BEGIN

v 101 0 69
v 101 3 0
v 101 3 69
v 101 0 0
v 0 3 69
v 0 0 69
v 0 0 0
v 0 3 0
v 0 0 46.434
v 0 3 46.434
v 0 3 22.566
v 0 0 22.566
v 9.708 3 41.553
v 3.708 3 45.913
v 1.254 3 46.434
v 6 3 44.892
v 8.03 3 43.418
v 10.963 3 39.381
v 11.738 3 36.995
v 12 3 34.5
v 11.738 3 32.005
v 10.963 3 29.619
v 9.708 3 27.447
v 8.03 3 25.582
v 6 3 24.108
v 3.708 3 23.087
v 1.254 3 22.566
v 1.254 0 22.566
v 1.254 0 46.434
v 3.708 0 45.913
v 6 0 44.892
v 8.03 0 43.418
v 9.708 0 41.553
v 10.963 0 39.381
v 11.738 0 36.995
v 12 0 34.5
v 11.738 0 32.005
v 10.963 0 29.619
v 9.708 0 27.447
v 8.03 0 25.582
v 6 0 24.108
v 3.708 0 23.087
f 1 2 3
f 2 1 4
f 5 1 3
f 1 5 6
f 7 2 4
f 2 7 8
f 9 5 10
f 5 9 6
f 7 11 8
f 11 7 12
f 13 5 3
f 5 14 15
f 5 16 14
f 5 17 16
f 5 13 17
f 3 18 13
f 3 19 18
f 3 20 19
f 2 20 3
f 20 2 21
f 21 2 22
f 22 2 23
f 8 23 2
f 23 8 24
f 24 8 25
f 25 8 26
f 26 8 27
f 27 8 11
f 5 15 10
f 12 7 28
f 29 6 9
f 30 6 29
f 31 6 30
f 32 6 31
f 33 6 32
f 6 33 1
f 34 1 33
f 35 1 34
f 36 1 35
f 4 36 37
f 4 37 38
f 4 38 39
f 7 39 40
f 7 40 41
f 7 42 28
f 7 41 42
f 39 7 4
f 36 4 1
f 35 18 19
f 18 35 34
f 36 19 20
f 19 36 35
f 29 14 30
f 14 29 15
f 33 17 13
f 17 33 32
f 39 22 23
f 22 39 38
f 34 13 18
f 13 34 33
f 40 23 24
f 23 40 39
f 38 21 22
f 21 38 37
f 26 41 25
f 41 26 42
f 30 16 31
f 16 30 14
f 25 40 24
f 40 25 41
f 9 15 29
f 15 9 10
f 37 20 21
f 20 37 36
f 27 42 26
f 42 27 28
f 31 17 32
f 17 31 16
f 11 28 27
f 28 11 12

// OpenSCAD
difference() {
    cube([101,3,69]);
    translate([0, 3, 34.5]) {
        rotate([90,0,0])
        cylinder(h = 3, r = 12);  
    }
}
        
        
     
        
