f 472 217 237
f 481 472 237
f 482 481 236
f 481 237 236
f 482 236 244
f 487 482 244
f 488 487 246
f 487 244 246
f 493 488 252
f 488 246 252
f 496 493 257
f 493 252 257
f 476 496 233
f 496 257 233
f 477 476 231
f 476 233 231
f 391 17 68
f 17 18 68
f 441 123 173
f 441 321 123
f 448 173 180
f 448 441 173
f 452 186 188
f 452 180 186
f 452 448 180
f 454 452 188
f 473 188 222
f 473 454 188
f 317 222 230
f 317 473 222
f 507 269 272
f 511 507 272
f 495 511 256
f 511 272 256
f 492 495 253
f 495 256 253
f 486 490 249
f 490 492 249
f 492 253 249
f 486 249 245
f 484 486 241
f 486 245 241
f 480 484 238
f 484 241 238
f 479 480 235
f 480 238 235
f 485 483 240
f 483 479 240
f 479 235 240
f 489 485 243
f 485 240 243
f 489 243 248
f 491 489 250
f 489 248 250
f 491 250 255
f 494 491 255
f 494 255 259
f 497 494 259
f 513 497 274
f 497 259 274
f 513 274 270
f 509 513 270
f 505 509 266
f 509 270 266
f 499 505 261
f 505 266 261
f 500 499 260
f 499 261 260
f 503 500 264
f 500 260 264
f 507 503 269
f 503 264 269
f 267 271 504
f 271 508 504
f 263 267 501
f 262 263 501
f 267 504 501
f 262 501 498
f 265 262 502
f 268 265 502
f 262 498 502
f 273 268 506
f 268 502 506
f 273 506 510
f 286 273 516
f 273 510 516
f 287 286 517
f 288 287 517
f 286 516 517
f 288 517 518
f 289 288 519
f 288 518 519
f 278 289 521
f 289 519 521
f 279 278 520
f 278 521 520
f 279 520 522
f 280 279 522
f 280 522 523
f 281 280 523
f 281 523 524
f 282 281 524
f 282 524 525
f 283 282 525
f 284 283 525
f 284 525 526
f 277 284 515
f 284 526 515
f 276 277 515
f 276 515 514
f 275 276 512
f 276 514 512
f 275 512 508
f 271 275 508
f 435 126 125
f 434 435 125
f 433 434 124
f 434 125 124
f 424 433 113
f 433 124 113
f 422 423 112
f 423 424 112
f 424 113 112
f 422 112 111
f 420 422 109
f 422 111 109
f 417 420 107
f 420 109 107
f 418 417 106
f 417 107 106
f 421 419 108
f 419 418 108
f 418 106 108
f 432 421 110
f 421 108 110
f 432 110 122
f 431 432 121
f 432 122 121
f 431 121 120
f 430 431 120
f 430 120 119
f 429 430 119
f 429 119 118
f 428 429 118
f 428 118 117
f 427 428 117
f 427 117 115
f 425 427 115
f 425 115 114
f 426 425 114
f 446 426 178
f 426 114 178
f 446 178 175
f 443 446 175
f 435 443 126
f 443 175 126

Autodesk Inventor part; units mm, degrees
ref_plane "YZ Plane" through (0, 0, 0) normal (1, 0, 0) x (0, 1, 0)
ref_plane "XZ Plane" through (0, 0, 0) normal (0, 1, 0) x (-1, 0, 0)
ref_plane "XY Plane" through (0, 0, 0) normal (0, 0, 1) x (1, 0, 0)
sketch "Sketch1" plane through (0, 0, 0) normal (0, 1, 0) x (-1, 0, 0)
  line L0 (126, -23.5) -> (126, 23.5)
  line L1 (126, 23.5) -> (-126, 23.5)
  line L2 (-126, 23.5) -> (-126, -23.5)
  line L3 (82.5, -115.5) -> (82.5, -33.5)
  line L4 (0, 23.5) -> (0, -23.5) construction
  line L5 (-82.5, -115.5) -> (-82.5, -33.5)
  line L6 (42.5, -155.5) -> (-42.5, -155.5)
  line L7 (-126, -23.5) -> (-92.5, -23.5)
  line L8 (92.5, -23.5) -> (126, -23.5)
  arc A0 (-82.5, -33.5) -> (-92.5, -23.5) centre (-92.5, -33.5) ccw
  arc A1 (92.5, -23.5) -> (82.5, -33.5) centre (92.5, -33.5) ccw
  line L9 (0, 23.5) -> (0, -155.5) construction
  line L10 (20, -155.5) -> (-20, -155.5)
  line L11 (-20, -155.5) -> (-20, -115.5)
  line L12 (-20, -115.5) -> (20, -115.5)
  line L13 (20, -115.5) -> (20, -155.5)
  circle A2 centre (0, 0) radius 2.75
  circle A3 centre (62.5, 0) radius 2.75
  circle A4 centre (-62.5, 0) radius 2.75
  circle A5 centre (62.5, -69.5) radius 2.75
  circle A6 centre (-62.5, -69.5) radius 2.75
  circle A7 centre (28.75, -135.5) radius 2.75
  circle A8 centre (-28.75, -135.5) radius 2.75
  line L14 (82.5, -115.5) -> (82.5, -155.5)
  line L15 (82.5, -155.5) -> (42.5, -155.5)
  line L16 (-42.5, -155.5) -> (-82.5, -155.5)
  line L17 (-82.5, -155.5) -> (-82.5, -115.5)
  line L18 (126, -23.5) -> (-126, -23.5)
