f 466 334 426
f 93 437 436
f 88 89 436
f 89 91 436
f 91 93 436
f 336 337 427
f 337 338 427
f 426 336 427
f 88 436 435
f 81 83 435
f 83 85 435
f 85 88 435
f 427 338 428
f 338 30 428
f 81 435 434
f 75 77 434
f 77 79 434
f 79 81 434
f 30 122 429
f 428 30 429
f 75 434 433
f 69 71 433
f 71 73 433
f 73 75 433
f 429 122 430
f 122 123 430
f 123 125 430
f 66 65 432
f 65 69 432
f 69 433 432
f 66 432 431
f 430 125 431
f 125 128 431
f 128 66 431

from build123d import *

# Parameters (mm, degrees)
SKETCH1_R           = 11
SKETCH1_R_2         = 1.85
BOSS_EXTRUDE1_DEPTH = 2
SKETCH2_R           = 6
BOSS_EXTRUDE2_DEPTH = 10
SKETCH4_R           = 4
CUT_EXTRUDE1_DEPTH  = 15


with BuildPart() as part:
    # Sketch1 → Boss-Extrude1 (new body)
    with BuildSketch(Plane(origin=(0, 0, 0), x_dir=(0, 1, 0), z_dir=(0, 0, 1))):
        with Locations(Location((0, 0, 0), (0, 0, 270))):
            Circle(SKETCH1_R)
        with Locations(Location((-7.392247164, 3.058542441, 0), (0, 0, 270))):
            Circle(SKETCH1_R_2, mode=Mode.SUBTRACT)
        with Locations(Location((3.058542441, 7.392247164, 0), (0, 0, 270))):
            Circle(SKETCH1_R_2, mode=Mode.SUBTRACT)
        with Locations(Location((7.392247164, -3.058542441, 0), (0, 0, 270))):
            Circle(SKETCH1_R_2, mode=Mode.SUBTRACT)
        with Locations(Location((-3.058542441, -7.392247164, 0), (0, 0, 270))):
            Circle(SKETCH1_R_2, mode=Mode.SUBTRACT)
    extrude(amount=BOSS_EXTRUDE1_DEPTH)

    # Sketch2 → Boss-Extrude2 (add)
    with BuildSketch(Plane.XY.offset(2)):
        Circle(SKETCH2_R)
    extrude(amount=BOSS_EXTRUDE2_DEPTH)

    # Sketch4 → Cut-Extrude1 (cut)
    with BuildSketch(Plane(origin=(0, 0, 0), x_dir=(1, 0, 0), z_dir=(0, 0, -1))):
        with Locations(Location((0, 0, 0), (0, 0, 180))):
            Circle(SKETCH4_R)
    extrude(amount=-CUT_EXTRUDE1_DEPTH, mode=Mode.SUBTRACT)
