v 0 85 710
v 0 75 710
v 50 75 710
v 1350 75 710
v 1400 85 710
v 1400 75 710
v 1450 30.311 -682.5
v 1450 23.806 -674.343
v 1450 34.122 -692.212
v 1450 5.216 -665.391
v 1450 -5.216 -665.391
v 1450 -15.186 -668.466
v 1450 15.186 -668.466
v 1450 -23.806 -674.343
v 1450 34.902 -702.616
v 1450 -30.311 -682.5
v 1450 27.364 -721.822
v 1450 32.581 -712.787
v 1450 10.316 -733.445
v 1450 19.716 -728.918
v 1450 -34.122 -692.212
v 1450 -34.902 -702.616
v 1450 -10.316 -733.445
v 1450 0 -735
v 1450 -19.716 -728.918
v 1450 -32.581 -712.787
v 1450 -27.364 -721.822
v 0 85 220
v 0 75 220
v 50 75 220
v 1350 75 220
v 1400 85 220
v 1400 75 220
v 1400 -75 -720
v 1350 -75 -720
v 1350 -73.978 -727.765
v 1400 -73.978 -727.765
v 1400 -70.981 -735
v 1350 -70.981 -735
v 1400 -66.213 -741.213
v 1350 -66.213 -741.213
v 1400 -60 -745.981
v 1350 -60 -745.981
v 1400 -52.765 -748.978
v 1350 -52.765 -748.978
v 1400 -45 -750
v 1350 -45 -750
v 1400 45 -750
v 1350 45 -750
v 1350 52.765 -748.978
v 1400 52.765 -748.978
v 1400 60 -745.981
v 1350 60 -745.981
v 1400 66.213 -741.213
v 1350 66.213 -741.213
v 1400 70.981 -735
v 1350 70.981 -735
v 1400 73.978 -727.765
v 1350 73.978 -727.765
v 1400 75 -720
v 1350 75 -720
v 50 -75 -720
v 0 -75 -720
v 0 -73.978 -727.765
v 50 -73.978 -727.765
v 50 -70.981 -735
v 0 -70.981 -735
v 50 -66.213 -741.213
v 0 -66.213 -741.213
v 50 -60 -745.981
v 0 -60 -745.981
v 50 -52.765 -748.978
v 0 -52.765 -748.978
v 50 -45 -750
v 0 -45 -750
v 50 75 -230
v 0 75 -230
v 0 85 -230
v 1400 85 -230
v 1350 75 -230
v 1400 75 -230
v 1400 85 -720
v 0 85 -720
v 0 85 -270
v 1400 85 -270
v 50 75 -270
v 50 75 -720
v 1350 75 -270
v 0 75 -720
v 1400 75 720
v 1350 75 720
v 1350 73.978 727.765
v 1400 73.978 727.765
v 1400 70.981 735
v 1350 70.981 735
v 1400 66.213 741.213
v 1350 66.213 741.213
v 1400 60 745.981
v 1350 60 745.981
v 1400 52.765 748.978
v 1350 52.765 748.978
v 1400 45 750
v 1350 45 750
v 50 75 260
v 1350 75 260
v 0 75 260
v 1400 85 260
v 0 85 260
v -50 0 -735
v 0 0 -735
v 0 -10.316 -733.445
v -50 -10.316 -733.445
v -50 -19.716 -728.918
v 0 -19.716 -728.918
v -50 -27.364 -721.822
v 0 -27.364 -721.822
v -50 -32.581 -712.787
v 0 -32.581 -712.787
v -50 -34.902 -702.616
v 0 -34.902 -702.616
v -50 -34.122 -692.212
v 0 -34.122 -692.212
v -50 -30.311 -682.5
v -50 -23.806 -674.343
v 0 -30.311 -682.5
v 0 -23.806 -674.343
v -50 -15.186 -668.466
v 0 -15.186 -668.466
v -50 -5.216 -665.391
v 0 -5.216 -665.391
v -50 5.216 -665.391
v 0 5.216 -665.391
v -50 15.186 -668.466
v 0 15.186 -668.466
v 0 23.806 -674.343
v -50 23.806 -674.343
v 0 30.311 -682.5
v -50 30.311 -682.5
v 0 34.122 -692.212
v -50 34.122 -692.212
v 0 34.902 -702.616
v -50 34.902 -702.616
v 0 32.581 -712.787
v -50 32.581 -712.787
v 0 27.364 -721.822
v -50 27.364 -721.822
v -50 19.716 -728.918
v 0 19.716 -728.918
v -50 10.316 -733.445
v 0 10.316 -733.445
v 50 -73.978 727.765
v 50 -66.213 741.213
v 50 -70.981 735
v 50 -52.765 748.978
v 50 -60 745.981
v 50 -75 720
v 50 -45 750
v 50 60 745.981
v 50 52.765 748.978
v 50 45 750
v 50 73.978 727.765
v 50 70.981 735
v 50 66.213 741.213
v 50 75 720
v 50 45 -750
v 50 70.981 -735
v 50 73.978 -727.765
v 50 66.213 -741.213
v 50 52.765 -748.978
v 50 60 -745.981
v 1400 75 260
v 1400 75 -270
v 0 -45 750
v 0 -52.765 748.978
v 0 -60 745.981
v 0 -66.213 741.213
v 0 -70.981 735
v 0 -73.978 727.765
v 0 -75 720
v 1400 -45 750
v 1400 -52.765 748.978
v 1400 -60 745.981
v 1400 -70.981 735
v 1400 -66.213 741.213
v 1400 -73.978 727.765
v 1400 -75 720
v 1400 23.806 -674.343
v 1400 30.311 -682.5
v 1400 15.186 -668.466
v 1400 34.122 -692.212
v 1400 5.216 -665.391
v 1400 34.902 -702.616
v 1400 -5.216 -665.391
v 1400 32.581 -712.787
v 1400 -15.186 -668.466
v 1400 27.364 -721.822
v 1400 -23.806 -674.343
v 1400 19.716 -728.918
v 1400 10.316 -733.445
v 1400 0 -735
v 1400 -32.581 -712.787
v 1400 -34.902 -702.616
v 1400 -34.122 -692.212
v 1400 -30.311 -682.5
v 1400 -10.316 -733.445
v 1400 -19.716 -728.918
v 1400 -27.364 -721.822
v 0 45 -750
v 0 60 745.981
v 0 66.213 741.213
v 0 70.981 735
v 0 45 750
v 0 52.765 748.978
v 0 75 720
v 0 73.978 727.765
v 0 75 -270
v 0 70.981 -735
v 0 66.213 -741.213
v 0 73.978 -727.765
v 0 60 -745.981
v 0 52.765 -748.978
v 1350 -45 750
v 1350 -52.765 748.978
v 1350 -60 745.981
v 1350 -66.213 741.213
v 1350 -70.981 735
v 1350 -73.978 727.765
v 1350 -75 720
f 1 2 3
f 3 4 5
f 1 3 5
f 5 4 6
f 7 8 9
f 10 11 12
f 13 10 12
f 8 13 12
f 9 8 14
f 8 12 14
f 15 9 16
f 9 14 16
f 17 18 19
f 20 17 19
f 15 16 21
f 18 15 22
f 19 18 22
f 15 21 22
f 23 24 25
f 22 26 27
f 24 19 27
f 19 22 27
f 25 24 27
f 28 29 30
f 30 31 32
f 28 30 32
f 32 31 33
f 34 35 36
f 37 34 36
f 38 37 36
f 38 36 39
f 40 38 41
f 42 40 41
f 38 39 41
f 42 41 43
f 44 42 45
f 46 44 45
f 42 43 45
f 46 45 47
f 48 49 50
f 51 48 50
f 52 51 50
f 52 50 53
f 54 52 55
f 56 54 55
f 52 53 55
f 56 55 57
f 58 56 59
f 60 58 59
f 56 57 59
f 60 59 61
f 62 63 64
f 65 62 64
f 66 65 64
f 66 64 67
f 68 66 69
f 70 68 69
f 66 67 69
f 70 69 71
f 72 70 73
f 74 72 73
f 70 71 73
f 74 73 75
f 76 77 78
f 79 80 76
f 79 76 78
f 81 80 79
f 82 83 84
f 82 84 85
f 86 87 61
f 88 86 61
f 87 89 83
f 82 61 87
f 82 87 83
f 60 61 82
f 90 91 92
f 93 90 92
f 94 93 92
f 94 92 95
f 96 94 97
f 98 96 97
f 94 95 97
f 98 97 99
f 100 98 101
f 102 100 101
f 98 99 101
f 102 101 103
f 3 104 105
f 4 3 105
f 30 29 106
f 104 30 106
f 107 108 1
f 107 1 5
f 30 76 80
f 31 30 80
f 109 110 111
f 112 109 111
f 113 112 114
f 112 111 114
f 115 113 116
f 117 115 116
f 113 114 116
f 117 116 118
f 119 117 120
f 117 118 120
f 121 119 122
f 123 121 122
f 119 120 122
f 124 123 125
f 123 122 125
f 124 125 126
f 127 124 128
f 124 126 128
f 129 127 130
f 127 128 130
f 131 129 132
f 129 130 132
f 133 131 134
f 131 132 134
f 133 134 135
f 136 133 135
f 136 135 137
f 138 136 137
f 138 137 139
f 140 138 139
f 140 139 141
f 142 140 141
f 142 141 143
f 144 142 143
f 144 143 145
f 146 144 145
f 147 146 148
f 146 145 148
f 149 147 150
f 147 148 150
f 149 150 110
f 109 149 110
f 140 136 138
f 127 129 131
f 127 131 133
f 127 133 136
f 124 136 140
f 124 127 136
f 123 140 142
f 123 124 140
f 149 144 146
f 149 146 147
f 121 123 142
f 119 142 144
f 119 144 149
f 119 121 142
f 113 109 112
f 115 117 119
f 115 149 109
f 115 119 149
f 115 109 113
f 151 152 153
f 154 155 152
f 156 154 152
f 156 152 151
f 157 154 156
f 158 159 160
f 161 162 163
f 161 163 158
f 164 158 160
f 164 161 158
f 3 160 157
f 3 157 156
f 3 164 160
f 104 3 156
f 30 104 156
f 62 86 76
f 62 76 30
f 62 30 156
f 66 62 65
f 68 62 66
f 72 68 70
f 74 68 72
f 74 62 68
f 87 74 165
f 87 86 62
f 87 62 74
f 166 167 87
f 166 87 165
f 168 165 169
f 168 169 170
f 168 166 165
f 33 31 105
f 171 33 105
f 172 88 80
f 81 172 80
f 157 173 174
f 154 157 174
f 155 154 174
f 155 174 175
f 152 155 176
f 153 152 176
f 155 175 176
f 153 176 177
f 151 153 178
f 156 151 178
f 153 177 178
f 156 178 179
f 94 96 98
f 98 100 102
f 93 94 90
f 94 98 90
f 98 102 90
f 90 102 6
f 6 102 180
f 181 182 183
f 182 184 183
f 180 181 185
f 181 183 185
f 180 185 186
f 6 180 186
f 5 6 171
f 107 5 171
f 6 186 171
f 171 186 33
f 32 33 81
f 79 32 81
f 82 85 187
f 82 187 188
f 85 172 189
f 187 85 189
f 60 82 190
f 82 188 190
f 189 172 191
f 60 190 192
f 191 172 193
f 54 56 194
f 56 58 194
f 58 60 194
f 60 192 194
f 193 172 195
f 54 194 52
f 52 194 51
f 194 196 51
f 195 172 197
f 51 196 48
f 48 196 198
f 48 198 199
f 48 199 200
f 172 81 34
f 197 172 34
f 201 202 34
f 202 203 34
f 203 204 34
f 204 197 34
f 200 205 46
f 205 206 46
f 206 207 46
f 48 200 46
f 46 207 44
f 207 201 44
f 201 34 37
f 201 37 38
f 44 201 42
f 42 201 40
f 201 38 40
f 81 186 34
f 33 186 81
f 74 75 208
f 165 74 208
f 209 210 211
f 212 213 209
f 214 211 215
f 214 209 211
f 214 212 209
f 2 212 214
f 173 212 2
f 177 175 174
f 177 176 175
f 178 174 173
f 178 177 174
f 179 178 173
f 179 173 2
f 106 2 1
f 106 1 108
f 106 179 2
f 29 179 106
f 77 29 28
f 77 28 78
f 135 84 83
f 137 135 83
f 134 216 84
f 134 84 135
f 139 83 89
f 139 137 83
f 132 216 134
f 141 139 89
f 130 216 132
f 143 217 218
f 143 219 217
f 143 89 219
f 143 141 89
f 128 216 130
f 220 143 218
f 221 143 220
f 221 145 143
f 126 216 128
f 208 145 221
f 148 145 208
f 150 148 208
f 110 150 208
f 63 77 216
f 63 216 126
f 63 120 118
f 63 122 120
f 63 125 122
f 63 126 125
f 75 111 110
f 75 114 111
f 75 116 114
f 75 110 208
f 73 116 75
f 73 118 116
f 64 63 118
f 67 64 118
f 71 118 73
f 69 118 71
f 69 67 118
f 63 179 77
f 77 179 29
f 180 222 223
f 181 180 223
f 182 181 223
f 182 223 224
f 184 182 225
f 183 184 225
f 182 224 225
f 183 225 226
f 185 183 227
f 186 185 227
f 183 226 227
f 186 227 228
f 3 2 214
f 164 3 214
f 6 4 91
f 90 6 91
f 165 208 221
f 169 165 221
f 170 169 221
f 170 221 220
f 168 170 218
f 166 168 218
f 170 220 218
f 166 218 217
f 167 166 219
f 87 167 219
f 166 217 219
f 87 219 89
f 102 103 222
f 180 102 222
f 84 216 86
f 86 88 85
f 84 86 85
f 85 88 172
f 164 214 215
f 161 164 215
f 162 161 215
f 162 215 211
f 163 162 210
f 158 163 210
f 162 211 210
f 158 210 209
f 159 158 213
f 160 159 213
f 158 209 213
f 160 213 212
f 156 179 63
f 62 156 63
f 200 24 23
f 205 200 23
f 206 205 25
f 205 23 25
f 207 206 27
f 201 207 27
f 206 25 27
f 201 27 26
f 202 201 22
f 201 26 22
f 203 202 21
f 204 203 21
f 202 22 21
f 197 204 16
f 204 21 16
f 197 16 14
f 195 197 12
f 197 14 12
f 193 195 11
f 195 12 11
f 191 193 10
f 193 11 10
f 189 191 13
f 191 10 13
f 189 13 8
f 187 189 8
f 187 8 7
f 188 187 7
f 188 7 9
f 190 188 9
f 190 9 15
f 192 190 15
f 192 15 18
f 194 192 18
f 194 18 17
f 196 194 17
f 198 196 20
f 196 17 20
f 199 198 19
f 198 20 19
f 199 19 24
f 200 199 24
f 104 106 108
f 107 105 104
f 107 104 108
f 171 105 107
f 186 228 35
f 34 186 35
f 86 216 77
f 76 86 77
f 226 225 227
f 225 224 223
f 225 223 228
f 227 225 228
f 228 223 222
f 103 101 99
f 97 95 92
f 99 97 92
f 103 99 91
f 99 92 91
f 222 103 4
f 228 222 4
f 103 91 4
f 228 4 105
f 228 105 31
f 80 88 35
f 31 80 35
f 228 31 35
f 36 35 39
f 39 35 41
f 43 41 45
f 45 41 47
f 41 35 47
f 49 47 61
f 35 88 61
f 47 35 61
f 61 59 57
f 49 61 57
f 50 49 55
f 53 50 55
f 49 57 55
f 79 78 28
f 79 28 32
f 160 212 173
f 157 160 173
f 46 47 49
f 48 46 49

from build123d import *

# Parameters (mm, degrees)
BOSS_EXTRUDE1_DEPTH = 50
SKETCH2_W           = 1400
SKETCH2_H           = 450
BOSS_EXTRUDE2_DEPTH = 10
LPATTERN1_COUNT     = 2
LPATTERN1_PITCH     = 1350
LPATTERN2_COUNT     = 3
LPATTERN2_PITCH     = 490
SKETCH3_R           = 35
BOSS_EXTRUDE3_DEPTH = 50
LPATTERN3_COUNT     = 2
LPATTERN3_PITCH     = 1450


with BuildPart() as part:
    # Sketch1 → Boss-Extrude1 (new body)
    with BuildSketch(Plane(origin=(0, 0, 0), x_dir=(0, 0, -1), z_dir=(1, 0, 0))):
        with BuildLine():
            Line((-720, -75), (720, -75))
            ThreePointArc((720, -75), (741.213203436, -66.213203436), (750, -45))
            Line((750, -45), (750, 45))
            ThreePointArc((750, 45), (741.213203436, 66.213203436), (720, 75))
            Line((720, 75), (-720, 75))
            ThreePointArc((-720, 75), (-741.213203436, 66.213203436), (-750, 45))
            Line((-750, 45), (-750, -45))
            ThreePointArc((-750, -45), (-741.213203436, -66.213203436), (-720, -75))
        make_face()
    boss_extrude1 = extrude(amount=BOSS_EXTRUDE1_DEPTH)

    # Sketch2 → Boss-Extrude2 (add)
    with BuildSketch(Plane(origin=(0, 75, 0), x_dir=(1, 0, 0), z_dir=(0, 1, 0))):
        with Locations((700, 495)):
            Rectangle(SKETCH2_W, SKETCH2_H)
    boss_extrude2 = extrude(amount=BOSS_EXTRUDE2_DEPTH)

    # LPattern1: Boss-Extrude1 ×2
    with Locations(*[(i * LPATTERN1_PITCH, 0, 0) for i in range(1, LPATTERN1_COUNT)]):
        add(boss_extrude1)

    # LPattern2: Boss-Extrude2 ×3
    with Locations(*[(0, 0, i * LPATTERN2_PITCH) for i in range(1, LPATTERN2_COUNT)]):
        add(boss_extrude2)

    # Sketch3 → Boss-Extrude3 (add)
    with BuildSketch(Plane.ZY):
        with Locations(Location((-700, 0, 0), (0, 0, 180))):
            Circle(SKETCH3_R)
    boss_extrude3 = extrude(amount=BOSS_EXTRUDE3_DEPTH)

    # LPattern3: Boss-Extrude3 ×2
    with Locations(*[(i * LPATTERN3_PITCH, 0, 0) for i in range(1, LPATTERN3_COUNT)]):
        add(boss_extrude3)


solid = part.part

END

→ Instructions for the task
From the entries above, restate word for word the lines from the line containing "f 112 111 114" to the line containing "f 161 162 163", both ends included, and nothing more.

→ Exercise answer
f 112 111 114
f 115 113 116
f 117 115 116
f 113 114 116
f 117 116 118
f 119 117 120
f 117 118 120
f 121 119 122
f 123 121 122
f 119 120 122
f 124 123 125
f 123 122 125
f 124 125 126
f 127 124 128
f 124 126 128
f 129 127 130
f 127 128 130
f 131 129 132
f 129 130 132
f 133 131 134
f 131 132 134
f 133 134 135
f 136 133 135
f 136 135 137
f 138 136 137
f 138 137 139
f 140 138 139
f 140 139 141
f 142 140 141
f 142 141 143
f 144 142 143
f 144 143 145
f 146 144 145
f 147 146 148
f 146 145 148
f 149 147 150
f 147 148 150
f 149 150 110
f 109 149 110
f 140 136 138
f 127 129 131
f 127 131 133
f 127 133 136
f 124 136 140
f 124 127 136
f 123 140 142
f 123 124 140
f 149 144 146
f 149 146 147
f 121 123 142
f 119 142 144
f 119 144 149
f 119 121 142
f 113 109 112
f 115 117 119
f 115 149 109
f 115 119 149
f 115 109 113
f 151 152 153
f 154 155 152
f 156 154 152
f 156 152 151
f 157 154 156
f 158 159 160
f 161 162 163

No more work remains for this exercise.